Solyman went out to meet Khairreddin’s successor, Pialé, a Croat by birth, when the latter made his triumphal entry into the Golden Horn, but the Sultan’s brow was clouded, for trouble had sought him out. Within the Seraglio walls, in the halls of Solyman the Magnificent, stalked Tragedy, called in by Jealousy. A fair Russian girl had captured the Sultan’s heart, Sultana Roxalana, or Khourrem (the Joyous One), as the Turks called her, and her ambitions for Selim, her son, led her to fill her husband’s mind with suspicion. Mustapha, his elder son by a Circassian, a handsome youth and highly gifted, Governor of Carmania, was accused of plotting against his father. Mustapha was ordered to enter the Sultan’s presence alone, and Solyman, looking on from an inner chamber, saw seven mute executioners carry out his command to strangle his son with the bowstring. Thus the sword of Othman, the mantle of the Prophet, came to the son of Roxalana, to Selim the Sot.

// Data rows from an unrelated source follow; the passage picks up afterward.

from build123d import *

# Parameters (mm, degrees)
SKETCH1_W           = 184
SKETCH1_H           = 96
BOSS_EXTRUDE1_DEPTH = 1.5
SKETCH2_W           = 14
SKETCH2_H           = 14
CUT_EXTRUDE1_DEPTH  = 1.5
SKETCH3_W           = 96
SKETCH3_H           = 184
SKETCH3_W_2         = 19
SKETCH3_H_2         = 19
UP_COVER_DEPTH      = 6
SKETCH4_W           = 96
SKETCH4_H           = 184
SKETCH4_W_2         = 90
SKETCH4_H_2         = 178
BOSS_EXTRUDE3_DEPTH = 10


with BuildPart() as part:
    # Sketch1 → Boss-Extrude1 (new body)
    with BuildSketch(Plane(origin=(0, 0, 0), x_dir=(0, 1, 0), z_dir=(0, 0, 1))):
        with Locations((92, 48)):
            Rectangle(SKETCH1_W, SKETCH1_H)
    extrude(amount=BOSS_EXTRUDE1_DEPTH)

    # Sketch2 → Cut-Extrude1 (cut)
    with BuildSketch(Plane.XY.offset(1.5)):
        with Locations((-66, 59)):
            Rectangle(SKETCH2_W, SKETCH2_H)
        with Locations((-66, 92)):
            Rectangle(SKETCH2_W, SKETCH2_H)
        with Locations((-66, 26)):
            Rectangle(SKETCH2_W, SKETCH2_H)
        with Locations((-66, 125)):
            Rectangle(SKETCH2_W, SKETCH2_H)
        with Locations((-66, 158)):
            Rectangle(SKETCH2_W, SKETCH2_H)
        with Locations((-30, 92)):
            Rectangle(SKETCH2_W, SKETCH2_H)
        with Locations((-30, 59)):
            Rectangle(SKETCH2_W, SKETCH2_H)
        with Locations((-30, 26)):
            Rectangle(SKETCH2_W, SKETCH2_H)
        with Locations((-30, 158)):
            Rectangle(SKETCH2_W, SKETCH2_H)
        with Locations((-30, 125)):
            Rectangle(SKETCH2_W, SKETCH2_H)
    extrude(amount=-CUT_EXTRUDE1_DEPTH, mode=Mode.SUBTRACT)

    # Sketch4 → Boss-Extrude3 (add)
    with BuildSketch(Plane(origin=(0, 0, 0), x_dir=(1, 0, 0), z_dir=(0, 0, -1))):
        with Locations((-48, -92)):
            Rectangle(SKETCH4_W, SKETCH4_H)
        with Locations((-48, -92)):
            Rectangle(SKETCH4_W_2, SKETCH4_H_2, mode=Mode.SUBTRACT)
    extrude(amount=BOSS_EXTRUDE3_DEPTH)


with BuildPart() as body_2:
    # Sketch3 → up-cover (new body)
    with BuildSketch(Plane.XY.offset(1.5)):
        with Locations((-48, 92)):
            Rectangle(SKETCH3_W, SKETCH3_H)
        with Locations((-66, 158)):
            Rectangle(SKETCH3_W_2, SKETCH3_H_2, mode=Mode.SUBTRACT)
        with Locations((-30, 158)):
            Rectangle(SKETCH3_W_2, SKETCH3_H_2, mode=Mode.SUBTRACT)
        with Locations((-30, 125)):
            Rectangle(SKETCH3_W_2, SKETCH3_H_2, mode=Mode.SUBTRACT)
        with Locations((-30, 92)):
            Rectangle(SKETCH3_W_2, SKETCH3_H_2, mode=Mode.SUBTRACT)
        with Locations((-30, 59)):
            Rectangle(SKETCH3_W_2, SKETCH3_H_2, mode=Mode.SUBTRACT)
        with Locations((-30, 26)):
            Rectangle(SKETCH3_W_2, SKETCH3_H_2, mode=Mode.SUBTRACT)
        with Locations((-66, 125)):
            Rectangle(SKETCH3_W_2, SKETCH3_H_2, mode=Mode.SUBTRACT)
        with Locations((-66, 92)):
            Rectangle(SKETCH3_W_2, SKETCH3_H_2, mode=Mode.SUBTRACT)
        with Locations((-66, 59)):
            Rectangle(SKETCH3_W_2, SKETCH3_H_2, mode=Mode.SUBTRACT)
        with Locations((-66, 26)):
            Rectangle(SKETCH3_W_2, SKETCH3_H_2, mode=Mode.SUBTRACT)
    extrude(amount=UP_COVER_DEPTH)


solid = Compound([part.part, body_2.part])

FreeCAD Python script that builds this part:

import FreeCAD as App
import Part
import Sketcher
from FreeCAD import Vector
Q = App.Units.Quantity


def add_polygon(sketch, points):
    """Adds a closed chain of lines whose ends are joined by coincident constraints."""
    first, n = sketch.GeometryCount, len(points)
    for a, b in zip(points, points[1:] + points[:1]):
        sketch.addGeometry(Part.LineSegment(App.Vector(*a, 0), App.Vector(*b, 0)), False)
    for i in range(n):
        sketch.addConstraint(Sketcher.Constraint("Coincident", first + i, 2, first + (i + 1) % n, 1))

doc = App.newDocument("Part")
params = doc.addObject("Spreadsheet::Sheet", "Params")
for row, (alias, value) in enumerate([
    ("sketch1_width", "96 mm"),
    ("sketch1_height", "184 mm"),
    ("pad1_length", "1.5 mm"),
    ("sketch2_width", "14 mm"),
    ("pocket1_length", "1.5 mm"),
    ("sketch3_width", "96 mm"),
    ("sketch3_width2", "90 mm"),
    ("sketch3_height", "184 mm"),
    ("sketch3_height2", "178 mm"),
    ("pad2_length", "10 mm"),
    ("sketch4_width", "96 mm"),
    ("sketch4_width2", "19 mm"),
    ("sketch4_height", "184 mm"),
    ("pad3_length", "6 mm"),
], start=1):
    params.set(f"A{row}", alias)
    params.set(f"B{row}", "=" + value)
    params.setAlias(f"B{row}", alias)

body = doc.addObject("PartDesign::Body", "Body")

# Sketch on XY plane
sketch1 = body.newObject("Sketcher::SketchObject", "Sketch")
sketch1.AttachmentSupport = (doc.getObject("XY_Plane"), [""])
sketch1.MapMode = "FlatFace"
add_polygon(sketch1, [(-96, 0), (0, 0), (0, 184), (-96, 184)])  # lines 0-3
sketch1.addConstraint(Sketcher.Constraint("Horizontal", 0))
sketch1.addConstraint(Sketcher.Constraint("Vertical", 1))
sketch1.addConstraint(Sketcher.Constraint("Horizontal", 2))
sketch1.addConstraint(Sketcher.Constraint("Vertical", 3))
sketch1.addConstraint(Sketcher.Constraint("Coincident", 0, 2, -1, 1))
sketch1.addConstraint(Sketcher.Constraint("DistanceX", 0, 1, 0, 2, Q("96 mm")))
sketch1.addConstraint(Sketcher.Constraint("DistanceY", 1, 1, 1, 2, Q("184 mm")))
sketch1.setExpression("Constraints[9]", "Params.sketch1_width")
sketch1.setExpression("Constraints[10]", "Params.sketch1_height")
pad1 = body.newObject("PartDesign::Pad", "Pad")
pad1.Profile = sketch1
pad1.setExpression("Length", "Params.pad1_length")

# Sketch on XY plane
sketch2 = body.newObject("Sketcher::SketchObject", "Sketch001")
sketch2.AttachmentSupport = (doc.getObject("XY_Plane"), [""])
sketch2.MapMode = "FlatFace"
sketch2.AttachmentOffset = App.Placement(Vector(0, 0, 1.5), App.Rotation())
add_polygon(sketch2, [(-73, 66), (-73, 52), (-59, 52), (-59, 66)])  # lines 0-3
add_polygon(sketch2, [(-73, 99), (-73, 85), (-59, 85), (-59, 99)])  # lines 4-7
add_polygon(sketch2, [(-73, 33), (-73, 19), (-59, 19), (-59, 33)])  # lines 8-11
add_polygon(sketch2, [(-73, 132), (-73, 118), (-59, 118), (-59, 132)])  # lines 12-15
add_polygon(sketch2, [(-73, 165), (-73, 151), (-59, 151), (-59, 165)])  # lines 16-19
add_polygon(sketch2, [(-37, 99), (-37, 85), (-23, 85), (-23, 99)])  # lines 20-23
add_polygon(sketch2, [(-37, 66), (-37, 52), (-23, 52), (-23, 66)])  # lines 24-27
add_polygon(sketch2, [(-37, 33), (-37, 19), (-23, 19), (-23, 33)])  # lines 28-31
add_polygon(sketch2, [(-37, 165), (-37, 151), (-23, 151), (-23, 165)])  # lines 32-35
add_polygon(sketch2, [(-37, 132), (-37, 118), (-23, 118), (-23, 132)])  # lines 36-39
sketch2.addConstraint(Sketcher.Constraint("Vertical", 0))
sketch2.addConstraint(Sketcher.Constraint("Horizontal", 1))
sketch2.addConstraint(Sketcher.Constraint("Vertical", 2))
sketch2.addConstraint(Sketcher.Constraint("Horizontal", 3))
sketch2.addConstraint(Sketcher.Constraint("Vertical", 4))
sketch2.addConstraint(Sketcher.Constraint("Horizontal", 5))
sketch2.addConstraint(Sketcher.Constraint("Vertical", 6))
sketch2.addConstraint(Sketcher.Constraint("Horizontal", 7))
sketch2.addConstraint(Sketcher.Constraint("Vertical", 8))
sketch2.addConstraint(Sketcher.Constraint("Horizontal", 9))
sketch2.addConstraint(Sketcher.Constraint("Vertical", 10))
sketch2.addConstraint(Sketcher.Constraint("Horizontal", 11))
sketch2.addConstraint(Sketcher.Constraint("Vertical", 12))
sketch2.addConstraint(Sketcher.Constraint("Horizontal", 13))
sketch2.addConstraint(Sketcher.Constraint("Vertical", 14))
sketch2.addConstraint(Sketcher.Constraint("Horizontal", 15))
sketch2.addConstraint(Sketcher.Constraint("Vertical", 16))
sketch2.addConstraint(Sketcher.Constraint("Horizontal", 17))
sketch2.addConstraint(Sketcher.Constraint("Vertical", 18))
sketch2.addConstraint(Sketcher.Constraint("Horizontal", 19))
sketch2.addConstraint(Sketcher.Constraint("Vertical", 20))
sketch2.addConstraint(Sketcher.Constraint("Horizontal", 21))
sketch2.addConstraint(Sketcher.Constraint("Vertical", 22))
sketch2.addConstraint(Sketcher.Constraint("Horizontal", 23))
sketch2.addConstraint(Sketcher.Constraint("Vertical", 24))
sketch2.addConstraint(Sketcher.Constraint("Horizontal", 25))
sketch2.addConstraint(Sketcher.Constraint("Vertical", 26))
sketch2.addConstraint(Sketcher.Constraint("Horizontal", 27))
sketch2.addConstraint(Sketcher.Constraint("Vertical", 28))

Solyman died while conducting the siege of Szigath, on the night before the gallant defender of that place, Zriny, fell in a desperate last sortie. The news of his death was kept from his army till it had returned to the neighbourhood of Belgrade. Here, on the outskirts of a dense forest, when the setting sun threw long shadows out towards the east, the imams announced the Sultan’s death, and great wailings of lamentation re-echoed among the giant trees and set the leaves trembling in sympathy with an Empire’s grief. Solyman was buried near the mosque he built, round which to-day refugees, sick and wounded soldiers from the battlefields, are gathered together, patient sons of Islam awaiting their fate.